The path visits O(log N / log B) = O(log_B N) subtrees of size >= B. Each such subtree is stored contiguously, costing O(1) I/Os.

Cache-Oblivious B-Trees

Dynamic search structure supporting insertions and deletions.

Packed Memory Array (PMA)

  • Store N elements in sorted order in an array of size O(N)
  • Gaps between elements allow insertions
  • Maintain density invariants at each level of a virtual tree
  • Amortized O(log^2(N) / B) I/Os per update

Cache-Oblivious B-Tree (Bender-Demaine-Farach-Colton)

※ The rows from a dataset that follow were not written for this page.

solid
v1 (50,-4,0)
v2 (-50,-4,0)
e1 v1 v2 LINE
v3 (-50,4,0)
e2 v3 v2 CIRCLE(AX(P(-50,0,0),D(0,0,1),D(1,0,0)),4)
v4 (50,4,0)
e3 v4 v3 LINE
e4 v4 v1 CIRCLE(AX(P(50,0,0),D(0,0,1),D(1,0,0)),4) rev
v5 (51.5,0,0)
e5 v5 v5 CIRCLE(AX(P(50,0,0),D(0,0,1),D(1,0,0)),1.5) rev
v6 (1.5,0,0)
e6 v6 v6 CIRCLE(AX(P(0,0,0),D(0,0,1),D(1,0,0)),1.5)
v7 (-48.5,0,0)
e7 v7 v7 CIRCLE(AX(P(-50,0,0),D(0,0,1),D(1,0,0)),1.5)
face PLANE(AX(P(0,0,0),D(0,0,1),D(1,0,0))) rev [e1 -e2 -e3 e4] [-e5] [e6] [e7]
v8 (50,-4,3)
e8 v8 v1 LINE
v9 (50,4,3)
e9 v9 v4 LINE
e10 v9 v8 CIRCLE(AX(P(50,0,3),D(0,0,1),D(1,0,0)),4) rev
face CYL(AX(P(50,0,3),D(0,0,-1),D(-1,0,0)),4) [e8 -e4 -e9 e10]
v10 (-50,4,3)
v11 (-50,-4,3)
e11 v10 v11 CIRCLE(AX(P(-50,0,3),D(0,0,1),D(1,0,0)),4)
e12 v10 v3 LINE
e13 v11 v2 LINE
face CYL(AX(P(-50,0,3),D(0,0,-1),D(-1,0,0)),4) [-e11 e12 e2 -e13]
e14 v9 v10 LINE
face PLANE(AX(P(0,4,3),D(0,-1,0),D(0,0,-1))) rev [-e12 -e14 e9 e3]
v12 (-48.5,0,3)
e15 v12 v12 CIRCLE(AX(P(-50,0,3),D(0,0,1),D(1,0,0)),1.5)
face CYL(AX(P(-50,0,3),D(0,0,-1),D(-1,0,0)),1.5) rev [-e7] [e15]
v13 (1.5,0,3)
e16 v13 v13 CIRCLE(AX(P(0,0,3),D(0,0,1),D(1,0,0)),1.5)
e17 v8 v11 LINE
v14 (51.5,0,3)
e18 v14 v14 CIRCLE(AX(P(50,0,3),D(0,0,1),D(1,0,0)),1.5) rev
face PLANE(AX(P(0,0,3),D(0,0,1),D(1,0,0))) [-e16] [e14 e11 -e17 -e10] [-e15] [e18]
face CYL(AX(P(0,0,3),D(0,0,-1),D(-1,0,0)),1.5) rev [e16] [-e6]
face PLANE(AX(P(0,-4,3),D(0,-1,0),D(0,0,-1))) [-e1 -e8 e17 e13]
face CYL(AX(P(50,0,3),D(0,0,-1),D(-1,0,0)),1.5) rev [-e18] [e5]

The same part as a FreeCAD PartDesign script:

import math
import FreeCAD as App
import Part
import Sketcher

V = App.Vector
Q = App.Units.Quantity

doc = App.newDocument("Part")
params = doc.addObject("Spreadsheet::Sheet", "Params")
for row, (alias, value) in enumerate([
    ("sketch1_diameter", "3 mm"),
    ("sketch1_radius", "4 mm"),
    ("sketch1_width", "100 mm"),
    ("pad1_length", "3 mm"),
], start=1):
    params.set(f"A{row}", alias)
    params.set(f"B{row}", "=" + value)
    params.setAlias(f"B{row}", alias)

body = doc.addObject("PartDesign::Body", "Body")

sketch1 = body.newObject("Sketcher::SketchObject", "Sketch")
sketch1.AttachmentSupport = (doc.getObject("XY_Plane"), [""])
sketch1.MapMode = "FlatFace"
sketch1.addGeometry(Part.LineSegment(V(-50, -4, 0), V(50, -4, 0)), False)
sketch1.addGeometry(Part.ArcOfCircle(Part.Circle(V(50, 0, 0), V(0, 0, 1), 4), math.radians(-90), math.radians(90)), False)
sketch1.addGeometry(Part.LineSegment(V(50, 4, 0), V(-50, 4, 0)), False)
sketch1.addGeometry(Part.ArcOfCircle(Part.Circle(V(-50, 0, 0), V(0, 0, 1), 4), math.radians(90), math.radians(270)), False)
sketch1.addGeometry(Part.Circle(V(-50, 0, 0), V(0, 0, 1), 1.5), False)
sketch1.addGeometry(Part.Circle(V(0, 0, 0), V(0, 0, 1), 1.5), False)
sketch1.addGeometry(Part.Circle(V(50, 0, 0), V(0, 0, 1), 1.5), False)
sketch1.addConstraint(Sketcher.Constraint("Tangent", 0, 2, 1, 1))
sketch1.addConstraint(Sketcher.Constraint("Tangent", 1, 2, 2, 1))
sketch1.addConstraint(Sketcher.Constraint("Tangent", 2, 2, 3, 1))
sketch1.addConstraint(Sketcher.Constraint("Tangent", 3, 2, 0, 1))
sketch1.addConstraint(Sketcher.Constraint("Horizontal", 0))
sketch1.addConstraint(Sketcher.Constraint("Horizontal", 2))
sketch1.addConstraint(Sketcher.Constraint("Coincident", 5, 3, -1, 1))
sketch1.addConstraint(Sketcher.Constraint("Coincident", 4, 3, 3, 3))
sketch1.addConstraint(Sketcher.Constraint("Coincident", 6, 3, 1, 3))
sketch1.addConstraint(Sketcher.Constraint("Equal", 4, 5))
sketch1.addConstraint(Sketcher.Constraint("Equal", 5, 6))
sketch1.addConstraint(Sketcher.Constraint("Symmetric", 1, 3, 3, 3, -1, 1))
sketch1.addConstraint(Sketcher.Constraint("Diameter", 4, Q("3 mm")))
sketch1.addConstraint(Sketcher.Constraint("Radius", 1, Q("4 mm")))
sketch1.addConstraint(Sketcher.Constraint("DistanceX", 0, 1, 0, 2, Q("100 mm")))
sketch1.setExpression("Constraints[12]", "Params.sketch1_diameter")
sketch1.setExpression("Constraints[13]", "Params.sketch1_radius")
sketch1.setExpression("Constraints[14]", "Params.sketch1_width")
pad1 = body.newObject("PartDesign::Pad", "Pad")
pad1.Profile = sketch1
pad1.setExpression("Length", "Params.pad1_length")

doc.recompute()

  • Combine van Emde Boas layout tree (for search) with PMA (for ordered storage)
  • Search: O(log_B N) I/Os
  • Insert/Delete: O(log_B N + (log^2 N) / B) amortized I/Os
  • Range query: O(log_B N + K/B) I/Os

Comparison with B-Trees

| Operation | B-Tree | CO B-Tree | |------------|---------------|------------------------------| | Search | O(log_B N) | O(log_B N) | | Insert | O(log_B N) | O(log_B N + log^2(N)/B) am. | | Range | O(log_B N + K/B) | O(log_B N + K/B) | | Knows M,B? | Yes | No |

Cache-Oblivious Matrix Algorithms

Matrix Transpose

Recursive block decomposition:

Transpose(A, n):
    if n <= base: transpose directly
    Partition into 4 quadrants
    Recursively transpose each
    Swap off-diagonal quadrants
  • O(N/B) I/Os when M >= B^2 (tall cache)

Matrix Multiplication

Recursive 8-way divide-and-conquer:

  • O(N^3 / (B * sqrt(M))) I/Os — matches the lower bound
  • Automatically utilizes all cache levels

Practical Considerations

SSD vs HDD

  • HDD: large B (sequential is crucial), high seek time
  • SSD: smaller effective B, random reads nearly as fast as sequential
  • External memory algorithms still beneficial on SSDs for very large data

Real-World Systems

  • Database engines: B-tree indexes, external sort for ORDER BY
  • MapReduce / Spark: external shuffle is essentially external sorting
  • Operating systems: virtual memory paging follows I/O model principles

When to Use External Memory Algorithms

  • Data size exceeds available RAM
  • Multiple levels of cache hierarchy matter
  • Working with databases, large-scale analytics, scientific computing

Summary of I/O Complexities

| Operation | I/O Complexity | |--------------------|--------------------------------------| | Scan | O(N/B) | | Sort | O((N/B) log_{M/B}(N/B)) | | Search (B-tree) | O(log_B N) | | BFS | O(V + E/B) semi-external | | Permute | O(min(N, sort(N))) | | Priority Queue | O((1/B) log_{M/B}(N/B)) amortized |

Summary

External memory algorithms are essential for processing data that exceeds RAM. The I/O model provides a clean framework for analyzing block transfer costs. B-trees and external merge sort are workhorses of database systems. Cache-oblivious algorithms elegantly achieve optimal performance without knowing hardware parameters. As data continues to grow faster than memory capacity, these techniques remain fundamental to systems design.